> **PROBLEM REQUIREMENTS**
All that should be output is the block of lines below from the line with "v 17.5 38.9 0" to the line with "v -2.491 56.222 0", both included, exactly as written.

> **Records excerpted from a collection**

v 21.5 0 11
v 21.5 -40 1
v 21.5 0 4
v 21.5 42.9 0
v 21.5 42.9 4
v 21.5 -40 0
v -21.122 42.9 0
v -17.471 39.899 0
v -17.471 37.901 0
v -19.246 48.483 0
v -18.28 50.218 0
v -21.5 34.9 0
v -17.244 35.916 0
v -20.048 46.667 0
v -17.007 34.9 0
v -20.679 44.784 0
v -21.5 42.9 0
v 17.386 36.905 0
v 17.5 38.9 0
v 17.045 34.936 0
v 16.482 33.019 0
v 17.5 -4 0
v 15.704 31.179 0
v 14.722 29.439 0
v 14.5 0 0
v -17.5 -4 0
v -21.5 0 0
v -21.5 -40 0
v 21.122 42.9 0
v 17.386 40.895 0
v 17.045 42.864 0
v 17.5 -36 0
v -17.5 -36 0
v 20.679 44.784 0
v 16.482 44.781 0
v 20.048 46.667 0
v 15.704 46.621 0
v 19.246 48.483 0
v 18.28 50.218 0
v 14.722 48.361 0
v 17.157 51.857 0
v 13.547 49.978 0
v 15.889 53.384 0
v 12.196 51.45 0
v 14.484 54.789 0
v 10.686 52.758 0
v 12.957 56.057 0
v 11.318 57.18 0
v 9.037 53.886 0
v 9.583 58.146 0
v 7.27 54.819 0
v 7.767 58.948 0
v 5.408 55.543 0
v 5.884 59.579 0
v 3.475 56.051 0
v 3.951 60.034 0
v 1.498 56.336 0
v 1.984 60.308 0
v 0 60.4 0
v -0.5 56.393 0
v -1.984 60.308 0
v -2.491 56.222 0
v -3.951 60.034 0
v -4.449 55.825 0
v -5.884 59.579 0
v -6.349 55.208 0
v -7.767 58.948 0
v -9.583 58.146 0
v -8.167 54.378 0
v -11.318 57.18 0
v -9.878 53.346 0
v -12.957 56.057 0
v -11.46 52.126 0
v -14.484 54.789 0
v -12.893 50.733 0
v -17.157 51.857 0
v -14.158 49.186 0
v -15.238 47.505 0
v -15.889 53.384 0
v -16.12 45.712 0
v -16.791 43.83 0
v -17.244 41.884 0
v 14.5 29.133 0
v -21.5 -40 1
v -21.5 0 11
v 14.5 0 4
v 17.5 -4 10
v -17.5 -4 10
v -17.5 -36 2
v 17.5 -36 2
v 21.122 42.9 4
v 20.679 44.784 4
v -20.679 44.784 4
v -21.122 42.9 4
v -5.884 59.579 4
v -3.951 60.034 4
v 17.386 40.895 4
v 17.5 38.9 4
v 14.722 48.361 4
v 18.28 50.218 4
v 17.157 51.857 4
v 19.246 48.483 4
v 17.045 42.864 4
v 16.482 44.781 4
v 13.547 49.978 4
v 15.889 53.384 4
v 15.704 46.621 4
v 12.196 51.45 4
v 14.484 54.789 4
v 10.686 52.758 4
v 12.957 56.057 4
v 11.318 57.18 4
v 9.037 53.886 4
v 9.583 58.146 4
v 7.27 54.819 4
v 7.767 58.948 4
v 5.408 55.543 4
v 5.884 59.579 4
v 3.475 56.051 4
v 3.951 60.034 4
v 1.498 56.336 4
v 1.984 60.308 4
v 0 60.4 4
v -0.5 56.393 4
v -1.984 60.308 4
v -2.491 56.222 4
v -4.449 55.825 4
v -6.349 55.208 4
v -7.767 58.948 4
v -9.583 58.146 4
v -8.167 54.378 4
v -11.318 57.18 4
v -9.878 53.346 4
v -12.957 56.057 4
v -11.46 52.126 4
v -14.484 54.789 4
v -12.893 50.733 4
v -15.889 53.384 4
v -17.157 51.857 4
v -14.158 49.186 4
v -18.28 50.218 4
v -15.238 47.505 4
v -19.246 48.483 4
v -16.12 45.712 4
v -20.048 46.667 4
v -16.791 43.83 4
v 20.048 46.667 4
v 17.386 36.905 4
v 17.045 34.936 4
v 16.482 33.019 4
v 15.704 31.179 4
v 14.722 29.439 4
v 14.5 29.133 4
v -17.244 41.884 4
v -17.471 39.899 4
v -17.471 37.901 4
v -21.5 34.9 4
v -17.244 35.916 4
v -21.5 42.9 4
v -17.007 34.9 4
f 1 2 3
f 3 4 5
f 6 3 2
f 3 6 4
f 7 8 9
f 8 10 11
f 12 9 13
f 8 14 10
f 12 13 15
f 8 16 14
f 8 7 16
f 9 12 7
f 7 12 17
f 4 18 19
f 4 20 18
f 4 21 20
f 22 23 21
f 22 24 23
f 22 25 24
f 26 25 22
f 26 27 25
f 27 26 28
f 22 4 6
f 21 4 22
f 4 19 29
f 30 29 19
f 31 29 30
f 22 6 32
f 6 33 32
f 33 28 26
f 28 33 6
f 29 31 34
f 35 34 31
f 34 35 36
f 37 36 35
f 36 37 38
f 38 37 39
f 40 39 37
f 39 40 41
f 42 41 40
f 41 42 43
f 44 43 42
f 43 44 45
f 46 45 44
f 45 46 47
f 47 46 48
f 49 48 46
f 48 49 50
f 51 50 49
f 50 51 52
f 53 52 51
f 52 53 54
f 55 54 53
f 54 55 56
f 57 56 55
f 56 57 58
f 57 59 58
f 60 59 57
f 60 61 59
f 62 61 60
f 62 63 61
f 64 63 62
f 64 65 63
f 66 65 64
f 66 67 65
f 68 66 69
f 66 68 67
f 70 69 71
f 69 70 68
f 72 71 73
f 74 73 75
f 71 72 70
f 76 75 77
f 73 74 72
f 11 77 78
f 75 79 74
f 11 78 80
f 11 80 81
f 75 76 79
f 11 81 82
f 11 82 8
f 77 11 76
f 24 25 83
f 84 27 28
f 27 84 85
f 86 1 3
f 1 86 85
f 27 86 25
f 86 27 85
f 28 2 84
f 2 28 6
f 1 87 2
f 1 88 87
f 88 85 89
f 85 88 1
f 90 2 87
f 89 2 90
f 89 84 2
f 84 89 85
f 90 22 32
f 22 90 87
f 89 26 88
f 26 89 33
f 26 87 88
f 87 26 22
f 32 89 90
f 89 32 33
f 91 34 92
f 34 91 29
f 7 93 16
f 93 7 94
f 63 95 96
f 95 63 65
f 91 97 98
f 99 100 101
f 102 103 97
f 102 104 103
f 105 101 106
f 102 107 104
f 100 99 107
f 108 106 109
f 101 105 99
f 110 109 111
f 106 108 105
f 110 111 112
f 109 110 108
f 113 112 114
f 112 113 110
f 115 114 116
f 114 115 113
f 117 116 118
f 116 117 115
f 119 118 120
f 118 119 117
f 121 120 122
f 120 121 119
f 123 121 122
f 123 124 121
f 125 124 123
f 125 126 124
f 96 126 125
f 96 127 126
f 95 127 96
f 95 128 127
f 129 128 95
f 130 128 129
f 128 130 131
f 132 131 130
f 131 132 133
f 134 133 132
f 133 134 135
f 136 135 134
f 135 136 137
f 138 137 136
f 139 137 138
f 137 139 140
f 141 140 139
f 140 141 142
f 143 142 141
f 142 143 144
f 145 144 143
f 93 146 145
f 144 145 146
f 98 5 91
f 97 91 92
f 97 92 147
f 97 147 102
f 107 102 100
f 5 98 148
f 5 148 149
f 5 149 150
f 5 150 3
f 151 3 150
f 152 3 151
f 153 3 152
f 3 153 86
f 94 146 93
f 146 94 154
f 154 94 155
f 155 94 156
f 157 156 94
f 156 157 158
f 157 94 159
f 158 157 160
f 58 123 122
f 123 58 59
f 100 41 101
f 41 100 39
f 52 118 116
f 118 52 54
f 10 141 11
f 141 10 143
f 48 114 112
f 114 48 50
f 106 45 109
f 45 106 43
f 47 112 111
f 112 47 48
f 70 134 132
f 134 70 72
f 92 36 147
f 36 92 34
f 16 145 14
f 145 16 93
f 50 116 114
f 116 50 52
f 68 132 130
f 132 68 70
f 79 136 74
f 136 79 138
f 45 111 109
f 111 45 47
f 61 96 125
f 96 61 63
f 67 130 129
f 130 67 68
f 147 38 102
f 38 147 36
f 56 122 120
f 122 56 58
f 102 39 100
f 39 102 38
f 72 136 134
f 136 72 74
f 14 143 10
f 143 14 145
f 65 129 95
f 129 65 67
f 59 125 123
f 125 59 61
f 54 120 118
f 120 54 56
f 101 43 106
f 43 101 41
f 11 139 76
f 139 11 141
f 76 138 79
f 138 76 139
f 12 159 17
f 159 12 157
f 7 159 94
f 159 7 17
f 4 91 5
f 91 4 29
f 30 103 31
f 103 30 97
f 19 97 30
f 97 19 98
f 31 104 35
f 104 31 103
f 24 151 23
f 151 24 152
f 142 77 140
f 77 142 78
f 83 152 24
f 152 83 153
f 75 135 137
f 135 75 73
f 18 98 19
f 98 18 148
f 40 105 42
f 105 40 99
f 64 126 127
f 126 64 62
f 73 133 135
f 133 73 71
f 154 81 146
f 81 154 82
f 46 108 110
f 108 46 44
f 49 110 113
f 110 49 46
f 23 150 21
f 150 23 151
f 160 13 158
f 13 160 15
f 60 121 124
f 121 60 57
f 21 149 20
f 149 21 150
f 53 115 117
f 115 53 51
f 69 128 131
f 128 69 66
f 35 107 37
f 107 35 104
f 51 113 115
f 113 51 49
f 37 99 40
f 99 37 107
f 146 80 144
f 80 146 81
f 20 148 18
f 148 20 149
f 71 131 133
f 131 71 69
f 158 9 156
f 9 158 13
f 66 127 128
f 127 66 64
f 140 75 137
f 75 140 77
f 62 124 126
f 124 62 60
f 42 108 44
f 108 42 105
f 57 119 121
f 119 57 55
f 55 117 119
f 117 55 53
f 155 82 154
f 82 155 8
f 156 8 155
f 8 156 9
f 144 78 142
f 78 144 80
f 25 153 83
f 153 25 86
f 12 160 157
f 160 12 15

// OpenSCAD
height = 6;
wedge_length = 40;
// be generous; it's just hanging so slop is fine
knob_diameter = 35;
cut_out_center = "yes"; // [yes,no]
meat = 4;

/* [Hidden] */
$fa = 0.01;
wedge_low_side = height - 5;
wedge_high_side = height + 5;

union() {
	wedge();
	hook();
}

module wedge() {
	translate([-knob_diameter/2-meat, -wedge_length, 0]) {
		difference() {
			cube([knob_diameter+meat*2, wedge_length, wedge_high_side]);
			// cut wedge
			translate([-1, 0, wedge_low_side])
				rotate([atan2(wedge_high_side - wedge_low_side, wedge_length), 0, 0])
					cube([knob_diameter+meat*2+2, wedge_length*2, wedge_high_side]);
			if(cut_out_center=="yes") {
				// cut out center to save material
				translate([meat, meat, -.1])
					cube([knob_diameter, wedge_length-meat*2, wedge_high_side+meat]);
			}
		}
	}
}

module hook() {
	translate([0, knob_diameter+meat-.1, 0]) {
		difference() {
			union() {
				cylinder(r = knob_diameter/2+meat, h = meat);
				translate([-knob_diameter/2-meat, -knob_diameter-meat, 0])
					cube([knob_diameter+meat*2, knob_diameter+meat*2, meat]);
			}
			translate([0, 0, -.1]) {
				cylinder(r=knob_diameter/2, h=meat+1);
				translate([-knob_diameter/2-meat-1, -knob_diameter-meat, 0])
					cube([knob_diameter+2, knob_diameter, meat+1]);
			}
		}
	}
}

> **PROBLEM SOLUTION**
v 17.5 38.9 0
v 17.045 34.936 0
v 16.482 33.019 0
v 17.5 -4 0
v 15.704 31.179 0
v 14.722 29.439 0
v 14.5 0 0
v -17.5 -4 0
v -21.5 0 0
v -21.5 -40 0
v 21.122 42.9 0
v 17.386 40.895 0
v 17.045 42.864 0
v 17.5 -36 0
v -17.5 -36 0
v 20.679 44.784 0
v 16.482 44.781 0
v 20.048 46.667 0
v 15.704 46.621 0
v 19.246 48.483 0
v 18.28 50.218 0
v 14.722 48.361 0
v 17.157 51.857 0
v 13.547 49.978 0
v 15.889 53.384 0
v 12.196 51.45 0
v 14.484 54.789 0
v 10.686 52.758 0
v 12.957 56.057 0
v 11.318 57.18 0
v 9.037 53.886 0
v 9.583 58.146 0
v 7.27 54.819 0
v 7.767 58.948 0
v 5.408 55.543 0
v 5.884 59.579 0
v 3.475 56.051 0
v 3.951 60.034 0
v 1.498 56.336 0
v 1.984 60.308 0
v 0 60.4 0
v -0.5 56.393 0
v -1.984 60.308 0
v -2.491 56.222 0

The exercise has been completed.